Explanatory Variable

An explanatory variable is the variable that is believed to affect or predict the outcome of another variable, known as the response variable. In this study, the explanatory variable is whether infants received antibiotics during their first year of life. It is categorical, as it can be classified into two groups: 'received antibiotics' and 'did not receive antibiotics'.
Understanding the nature of an explanatory variable is crucial. It helps researchers make sense of the directional influence of one factor over another. In an observational study like this one, even though no intervention is being applied, the explanatory variable still plays a significant role. It helps analyze the relationship between early antibiotic intake and later health outcomes like being overweight.

Response Variable

The response variable, often referred to as the dependent variable, is the outcome researchers aim to investigate. In the context of this study, it is whether a child is overweight at age 12. Just like the explanatory variable, this is a categorical variable, since a child's status is classified as either 'overweight' or 'not overweight'.
Understanding the response variable allows researchers to measure effects, associations, or differences in the studied outcome. In studies, pinpointing the response variable is critical to examine the effects of varying conditions dictated by the explanatory variable. It essentially represents the result researchers are trying to influence or predict based on other factors.

Null Hypothesis

The null hypothesis, denoted as \(H_{0}\), is a fundamental aspect of statistical testing.

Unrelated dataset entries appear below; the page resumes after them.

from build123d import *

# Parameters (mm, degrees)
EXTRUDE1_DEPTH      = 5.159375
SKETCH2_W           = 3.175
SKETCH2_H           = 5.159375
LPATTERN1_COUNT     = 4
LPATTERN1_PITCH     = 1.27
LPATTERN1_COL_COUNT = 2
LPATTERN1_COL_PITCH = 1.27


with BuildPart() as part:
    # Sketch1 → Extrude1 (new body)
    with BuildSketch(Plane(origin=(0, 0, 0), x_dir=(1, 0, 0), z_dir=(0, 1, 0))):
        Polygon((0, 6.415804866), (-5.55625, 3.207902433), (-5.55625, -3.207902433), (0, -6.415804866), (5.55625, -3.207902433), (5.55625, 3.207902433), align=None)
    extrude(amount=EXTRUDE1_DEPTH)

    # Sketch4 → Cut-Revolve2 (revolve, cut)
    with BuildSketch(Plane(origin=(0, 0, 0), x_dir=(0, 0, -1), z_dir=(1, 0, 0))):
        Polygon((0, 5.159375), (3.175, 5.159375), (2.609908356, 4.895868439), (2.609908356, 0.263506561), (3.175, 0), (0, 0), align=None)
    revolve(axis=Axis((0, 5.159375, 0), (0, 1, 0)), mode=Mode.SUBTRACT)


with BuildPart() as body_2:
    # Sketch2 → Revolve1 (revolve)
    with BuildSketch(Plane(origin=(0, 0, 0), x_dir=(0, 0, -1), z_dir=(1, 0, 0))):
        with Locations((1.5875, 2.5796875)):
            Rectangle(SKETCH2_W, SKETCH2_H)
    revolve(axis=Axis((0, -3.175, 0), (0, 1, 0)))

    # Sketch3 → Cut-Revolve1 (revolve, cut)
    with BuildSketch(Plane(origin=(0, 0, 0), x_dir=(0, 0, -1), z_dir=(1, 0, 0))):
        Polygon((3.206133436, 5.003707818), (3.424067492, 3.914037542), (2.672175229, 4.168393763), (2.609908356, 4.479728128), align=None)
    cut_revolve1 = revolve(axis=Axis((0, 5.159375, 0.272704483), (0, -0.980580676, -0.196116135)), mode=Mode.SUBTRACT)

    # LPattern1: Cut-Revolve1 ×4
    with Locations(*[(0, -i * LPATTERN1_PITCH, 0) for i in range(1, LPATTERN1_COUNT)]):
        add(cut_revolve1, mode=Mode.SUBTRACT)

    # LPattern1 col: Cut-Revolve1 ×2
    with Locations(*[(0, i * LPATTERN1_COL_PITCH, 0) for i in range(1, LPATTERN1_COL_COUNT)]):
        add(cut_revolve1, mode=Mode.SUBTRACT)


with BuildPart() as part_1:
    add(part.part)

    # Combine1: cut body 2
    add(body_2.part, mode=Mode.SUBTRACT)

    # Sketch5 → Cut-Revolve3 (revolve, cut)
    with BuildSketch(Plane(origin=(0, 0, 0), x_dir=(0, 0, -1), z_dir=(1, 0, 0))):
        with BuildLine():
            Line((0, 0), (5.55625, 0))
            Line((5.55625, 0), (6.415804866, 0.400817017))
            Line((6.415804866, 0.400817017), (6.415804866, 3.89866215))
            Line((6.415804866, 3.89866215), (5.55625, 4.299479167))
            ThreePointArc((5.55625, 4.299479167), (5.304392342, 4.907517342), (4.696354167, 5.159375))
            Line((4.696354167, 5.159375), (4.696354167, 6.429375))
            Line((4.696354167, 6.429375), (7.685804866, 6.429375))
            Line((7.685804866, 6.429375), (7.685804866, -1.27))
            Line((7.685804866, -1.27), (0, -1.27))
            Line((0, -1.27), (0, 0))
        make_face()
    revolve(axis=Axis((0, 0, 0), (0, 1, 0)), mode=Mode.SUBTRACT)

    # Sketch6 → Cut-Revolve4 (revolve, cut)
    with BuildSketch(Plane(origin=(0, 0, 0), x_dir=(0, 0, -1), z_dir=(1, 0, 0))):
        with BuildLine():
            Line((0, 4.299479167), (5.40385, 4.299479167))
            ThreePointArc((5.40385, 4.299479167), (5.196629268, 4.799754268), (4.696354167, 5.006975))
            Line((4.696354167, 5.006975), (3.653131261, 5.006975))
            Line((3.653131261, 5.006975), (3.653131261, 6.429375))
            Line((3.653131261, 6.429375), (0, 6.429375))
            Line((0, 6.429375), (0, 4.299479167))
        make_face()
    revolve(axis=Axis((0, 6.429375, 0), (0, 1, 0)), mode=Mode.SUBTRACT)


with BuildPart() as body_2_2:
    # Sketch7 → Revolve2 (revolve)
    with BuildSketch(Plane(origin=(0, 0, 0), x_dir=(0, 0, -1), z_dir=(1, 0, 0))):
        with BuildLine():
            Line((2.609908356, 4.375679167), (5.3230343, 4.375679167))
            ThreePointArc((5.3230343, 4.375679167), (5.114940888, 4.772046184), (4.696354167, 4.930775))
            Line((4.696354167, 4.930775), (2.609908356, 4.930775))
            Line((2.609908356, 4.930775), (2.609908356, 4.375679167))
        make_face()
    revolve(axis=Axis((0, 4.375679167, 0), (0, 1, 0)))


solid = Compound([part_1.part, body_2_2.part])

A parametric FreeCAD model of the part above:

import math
import FreeCAD as App
import Part
import Sketcher
Q = App.Units.Quantity

doc = App.newDocument("Part")
body = doc.addObject("PartDesign::Body", "Body")

sketch1 = body.newObject("Sketcher::SketchObject", "Sketch")
sketch1.AttachmentSupport = (doc.getObject("XZ_Plane"), [""])
sketch1.MapMode = "FlatFace"
sketch1.addGeometry(Part.LineSegment(App.Vector(0, -6, 0), App.Vector(-6, -3, 0)), False)
sketch1.addGeometry(Part.LineSegment(App.Vector(-6, -3, 0), App.Vector(-6, 3, 0)), False)
sketch1.addGeometry(Part.LineSegment(App.Vector(-6, 3, 0), App.Vector(0, 6, 0)), False)
sketch1.addGeometry(Part.LineSegment(App.Vector(0, 6, 0), App.Vector(6, 3, 0)), False)
sketch1.addGeometry(Part.LineSegment(App.Vector(6, 3, 0), App.Vector(6, -3, 0)), False)
sketch1.addGeometry(Part.LineSegment(App.Vector(6, -3, 0), App.Vector(0, -6, 0)), False)
sketch1.addConstraint(Sketcher.Constraint("Coincident", 0, 2, 1, 1))
sketch1.addConstraint(Sketcher.Constraint("Coincident", 1, 2, 2, 1))
sketch1.addConstraint(Sketcher.Constraint("Coincident", 2, 2, 3, 1))
sketch1.addConstraint(Sketcher.Constraint("Coincident", 3, 2, 4, 1))
sketch1.addConstraint(Sketcher.Constraint("Coincident", 4, 2, 5, 1))
sketch1.addConstraint(Sketcher.Constraint("Coincident", 5, 2, 0, 1))
sketch1.addConstraint(Sketcher.Constraint("Vertical", 1))
sketch1.addConstraint(Sketcher.Constraint("Vertical", 4))
sketch1.addConstraint(Sketcher.Constraint("Symmetric", 0, 2, 3, 2, -1, 1))
sketch1.addConstraint(Sketcher.Constraint("Symmetric", 2, 2, 5, 2, -1, 1))
sketch1.addConstraint(Sketcher.Constraint("PointOnObject", 2, 2, -2))
sketch1.addConstraint(Sketcher.Constraint("Parallel", 2, 5))
sketch1.addConstraint(Sketcher.Constraint("Horizontal", 1, 2, 3, 2))
sketch1.addConstraint(Sketcher.Constraint("Angle", 0, Q("150 deg")))
sketch1.addConstraint(Sketcher.Constraint("DistanceX", 0, 2, -1, 1, Q("0.21875 in")))
sketch1.addConstraint(Sketcher.Constraint("DistanceY", 1, 1, 1, 2, 6.415805))
pad1 = body.newObject("PartDesign::Pad", "Pad")
pad1.Profile = sketch1
pad1.Length = Q("0.203125 in")
pad1.Reversed = True

sketch2 = body.newObject("Sketcher::SketchObject", "Sketch001")
sketch2.AttachmentSupport = (doc.getObject("YZ_Plane"), [""])
sketch2.MapMode = "FlatFace"
sketch2.addGeometry(Part.LineSegment(App.Vector(5.2, -3.2, 0), App.Vector(5.2, 0, 0)), False)
sketch2.addGeometry(Part.LineSegment(App.Vector(5.2, 0, 0), App.Vector(0, 0, 0)), False)
sketch2.addGeometry(Part.LineSegment(App.Vector(0, 0, 0), App.Vector(0, -3.2, 0)), False)
sketch2.addGeometry(Part.LineSegment(App.Vector(0, -3.2, 0), App.Vector(0.3, -2.6, 0)), False)
sketch2.addGeometry(Part.LineSegment(App.Vector(0.3, -2.6, 0), App.Vector(4.9, -2.6, 0)), False)
sketch2.addGeometry(Part.LineSegment(App.Vector(4.9, -2.6, 0), App.Vector(5.2, -3.2, 0)), False)
sketch2.addConstraint(Sketcher.Constraint("Coincident", 0, 2, 1, 1))
sketch2.addConstraint(Sketcher.Constraint("Coincident", 1, 2, 2, 1))
sketch2.addConstraint(Sketcher.Constraint("Coincident", 2, 2, 3, 1))
sketch2.addConstraint(Sketcher.Constraint("Coincident", 3, 2, 4, 1))
sketch2.addConstraint(Sketcher.Constraint("Coincident", 4, 2, 5, 1))
sketch2.addConstraint(Sketcher.Constraint("Coincident", 5, 2, 0, 1))
sketch2.addConstraint(Sketcher.Constraint("Vertical", 0))
sketch2.addConstraint(Sketcher.Constraint("Horizontal", 1))
sketch2.addConstraint(Sketcher.Constraint("Vertical", 2))
sketch2.addConstraint(Sketcher.Constraint("Horizontal", 4))
sketch2.addConstraint(Sketcher.Constraint("Coincident", 1, 2, -1, 1))
sketch2.addConstraint(Sketcher.Constraint("Horizontal", 2, 2, 5, 2))
sketch2.addConstraint(Sketcher.Constraint("Equal", 3, 5))
sketch2.addConstraint(Sketcher.Constraint("Angle", 3, Q("65 deg")))
sketch2.addConstraint(Sketcher.Constraint("DistanceX", 1, 2, 1, 1, Q("0.203125 in")))
sketch2.addConstraint(Sketcher.Constraint("DistanceY", 0, 1, 0, 2, Q("0.125 in")))
sketch2.addConstraint(Sketcher.Constraint("DistanceX", 4, 1, 4, 2, 4.632362))
groove = body.newObject("PartDesign::Groove", "Groove")
groove.Profile = sketch2
groove.ReferenceAxis = (sketch2, ["H_Axis"])
groove.Angle = 360
body2 = doc.addObject("PartDesign::Body", "Body001")

sketch3 = body2.newObject("Sketcher::SketchObject", "Sketch002")
sketch3.AttachmentSupport = (doc.getObject("YZ_Plane001"), [""])
sketch3.MapMode = "FlatFace"
sketch3.addGeometry(Part.LineSegment(App.Vector(5.2, 0, 0), App.Vector(0, 0, 0)), False)
sketch3.addGeometry(Part.LineSegment(App.Vector(0, 0, 0), App.Vector(0, -3.2, 0)), False)
sketch3.addGeometry(Part.LineSegment(App.Vector(0, -3.2, 0), App.Vector(5.2, -3.2, 0)), False)
sketch3.addGeometry(Part.LineSegment(App.Vector(5.2, -3.2, 0), App.Vector(5.2, 0, 0)), False)
sketch3.addConstraint(Sketcher.Constraint("Coincident", 0, 2, 1, 1))
sketch3.addConstraint(Sketcher.Constraint("Coincident", 1, 2, 2, 1))
sketch3.addConstraint(Sketcher.Constraint("Coincident", 2, 2, 3, 1))
sketch3.addConstraint(Sketcher.Constraint("Coincident", 3, 2, 0, 1))
sketch3.addConstraint(Sketcher.Constraint("Horizontal", 0))
sketch3.addConstraint(Sketcher.Constraint("Vertical", 1))
sketch3.addConstraint(Sketcher.Constraint("Horizontal", 2))
sketch3.addConstraint(Sketcher.Constraint("Vertical", 3))
sketch3.addConstraint(Sketcher.Constraint("Coincident", 0, 2, -1, 1))
sketch3.addConstraint(Sketcher.Constraint("DistanceX", 0, 2, 0, 1, Q("0.203125 in")))
sketch3.addConstraint(Sketcher.Constraint("DistanceY", 1, 2, 1, 1, Q("0.125 in")))
revolution = body2.newObject("PartDesign::Revolution", "Revolution")
revolution.Profile = sketch3
revolution.ReferenceAxis = (sketch3, ["H_Axis"])
revolution.Angle = 360

sketch4 = body2.newObject("Sketcher::SketchObject", "Sketch003")
sketch4.AttachmentSupport = (doc.getObject("YZ_Plane001"), [""])
sketch4.MapMode = "FlatFace"
sketch4.addGeometry(Part.LineSegment(App.Vector(3.91, -3.42, 0), App.Vector(5, -3.21, 0)), False)
sketch4.addGeometry(Part.LineSegment(App.Vector(5, -3.21, 0), App.Vector(4.48, -2.61, 0)), False)
sketch4.addGeometry(Part.LineSegment(App.Vector(4.48, -2.61, 0), App.Vector(4.17, -2.67, 0)), False)
sketch4.addGeometry(Part.LineSegment(App.Vector(4.17, -2.67, 0), App.Vector(3.91, -3.42, 0)), False)
sketch4.addGeometry(Part.LineSegment(App.Vector(4.34, 0.11, 0), App.Vector(3.25, -0.11, 0)), True)
sketch4.addConstraint(Sketcher.Constraint("Coincident", 0, 2, 1, 1))
sketch4.addConstraint(Sketcher.Constraint("Coincident", 1, 2, 2, 1))
sketch4.addConstraint(Sketcher.Constraint("Coincident", 2, 2, 3, 1))
sketch4.addConstraint(Sketcher.Constraint("Coincident", 3, 2, 0, 1))
sketch4.addConstraint(Sketcher.Constraint("Parallel", 0, 2))
sketch4.addConstraint(Sketcher.Constraint("Parallel", 2, 4))
sketch4.addConstraint(Sketcher.Constraint("Equal", 1, 3))
sketch4.addConstraint(Sketcher.Constraint("Equal", 0, 4))
sketch4.addConstraint(Sketcher.Constraint("Distance", 1, Q("0.03125 in")))
sketch4.addConstraint(Sketcher.Constraint("Distance", 2, Q("0.0125 in")))
sketch4.addConstraint(Sketcher.Constraint("DistanceY", 0, 2, 4, 1, 3.3151))
sketch4.addConstraint(Sketcher.Constraint("Distance", 0, 1.11125))
sketch4.addConstraint(Sketcher.Constraint("DistanceX", -1, 1, 1, 2, 4.479728))
sketch4.addConstraint(Sketcher.Constraint("DistanceY", 1, 2, -1, 1, 2.609908))
sketch4.addConstraint(Sketcher.Constraint("DistanceX", 1, 2, 0, 2, 0.52398))
sketch4.addConstraint(Sketcher.Constraint("DistanceX", 4, 1, 1, 2, 0.13904))
groove2 = body2.newObject("PartDesign::Groove", "Groove001")
groove2.Profile = sketch4
groove2.ReferenceAxis = (sketch4, ["Axis0"])
groove2.Angle = 360
doc.recompute()

linearpattern = body2.newObject("PartDesign::LinearPattern", "LinearPattern")
linearpattern.Originals = [groove2]
linearpattern.Direction = (doc.getObject("Y_Axis001"), [""])
linearpattern.Mode = "offset"
linearpattern.Offset = Q("0.05 in")
linearpattern.Occurrences = 4
linearpattern.Reversed = True
body2.Tip = linearpattern
doc.recompute()

linearpattern2 = body2.newObject("PartDesign::LinearPattern", "LinearPattern001")
linearpattern2.Originals = [groove2]
linearpattern2.Direction = (doc.getObject("Y_Axis001"), [""])
linearpattern2.Mode = "offset"
linearpattern2.Offset = Q("0.05 in")
linearpattern2.Occurrences = 2
body2.Tip = linearpattern2
doc.recompute()

boolean = body.newObject("PartDesign::Boolean", "Boolean")
boolean.Type = "Cut"
boolean.addObjects([body2])

sketch5 = body.newObject("Sketcher::SketchObject", "Sketch004")
sketch5.AttachmentSupport = (doc.getObject("YZ_Plane"), [""])
sketch5.MapMode = "FlatFace"
sketch5.addGeometry(Part.LineSegment(App.Vector(0, -5.6, 0), App.Vector(0, 0, 0)), False)
sketch5.addGeometry(Part.LineSegment(App.Vector(0, 0, 0), App.Vector(-1.3, 0, 0)), False)
sketch5.addGeometry(Part.LineSegment(App.Vector(-1.3, 0, 0), App.Vector(-1.3, -7.7, 0)), False)
sketch5.addGeometry(Part.LineSegment(App.Vector(-1.3, -7.7, 0), App.Vector(6.4, -7.7, 0)), False)
sketch5.addGeometry(Part.LineSegment(App.Vector(6.4, -7.7, 0), App.Vector(6.4, -4.7, 0)), False)
sketch5.addGeometry(Part.LineSegment(App.Vector(6.4, -4.7, 0), App.Vector(5.2, -4.7, 0)), False)
sketch5.addGeometry(Part.ArcOfCircle(Part.Circle(App.Vector(4.3, -4.7, 0), App.Vector(0, 0, 1), 0.9), math.radians(-90), math.radians(0)), False)
sketch5.addGeometry(Part.LineSegment(App.Vector(4.3, -5.6, 0), App.Vector(3.9, -6.4, 0)), False)
sketch5.addGeometry(Part.LineSegment(App.Vector(3.9, -6.4, 0), App.Vector(0.4, -6.4, 0)), False)
sketch5.addGeometry(Part.LineSegment(App.Vector(0.4, -6.4, 0), App.Vector(0, -5.6, 0)), False)
sketch5.addConstraint(Sketcher.Constraint("Coincident", 0, 2, 1, 1))
sketch5.addConstraint(Sketcher.Constraint("Coincident", 1, 2, 2, 1))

It postulates that there is no effect or no difference between groups in a study. In this case, the null hypothesis is that there is no difference in the proportion of children classified as overweight at age 12 between those who received antibiotics as infants and those who didn't.
Formulating a null hypothesis is an essential part of the scientific method, as it sets a standard condition for statistical testing. Researchers use it to perform tests that determine if the observed data provides sufficient evidence against the null, allowing them to consider an alternative hypothesis, \(H_{a}\).

• Null Hypothesis: \(H_{0}\): Proportion difference is zero.
• Alternative Hypothesis: \(H_{a}\): There is a positive difference, suggesting an association between antibiotics intake and being overweight.

A very low p-value, such as 0.002 as seen in this study, typically indicates that it is unlikely the observed effect happened by random chance. Therefore, researchers reject \(H_{0}\) and explore the alternative hypothesis.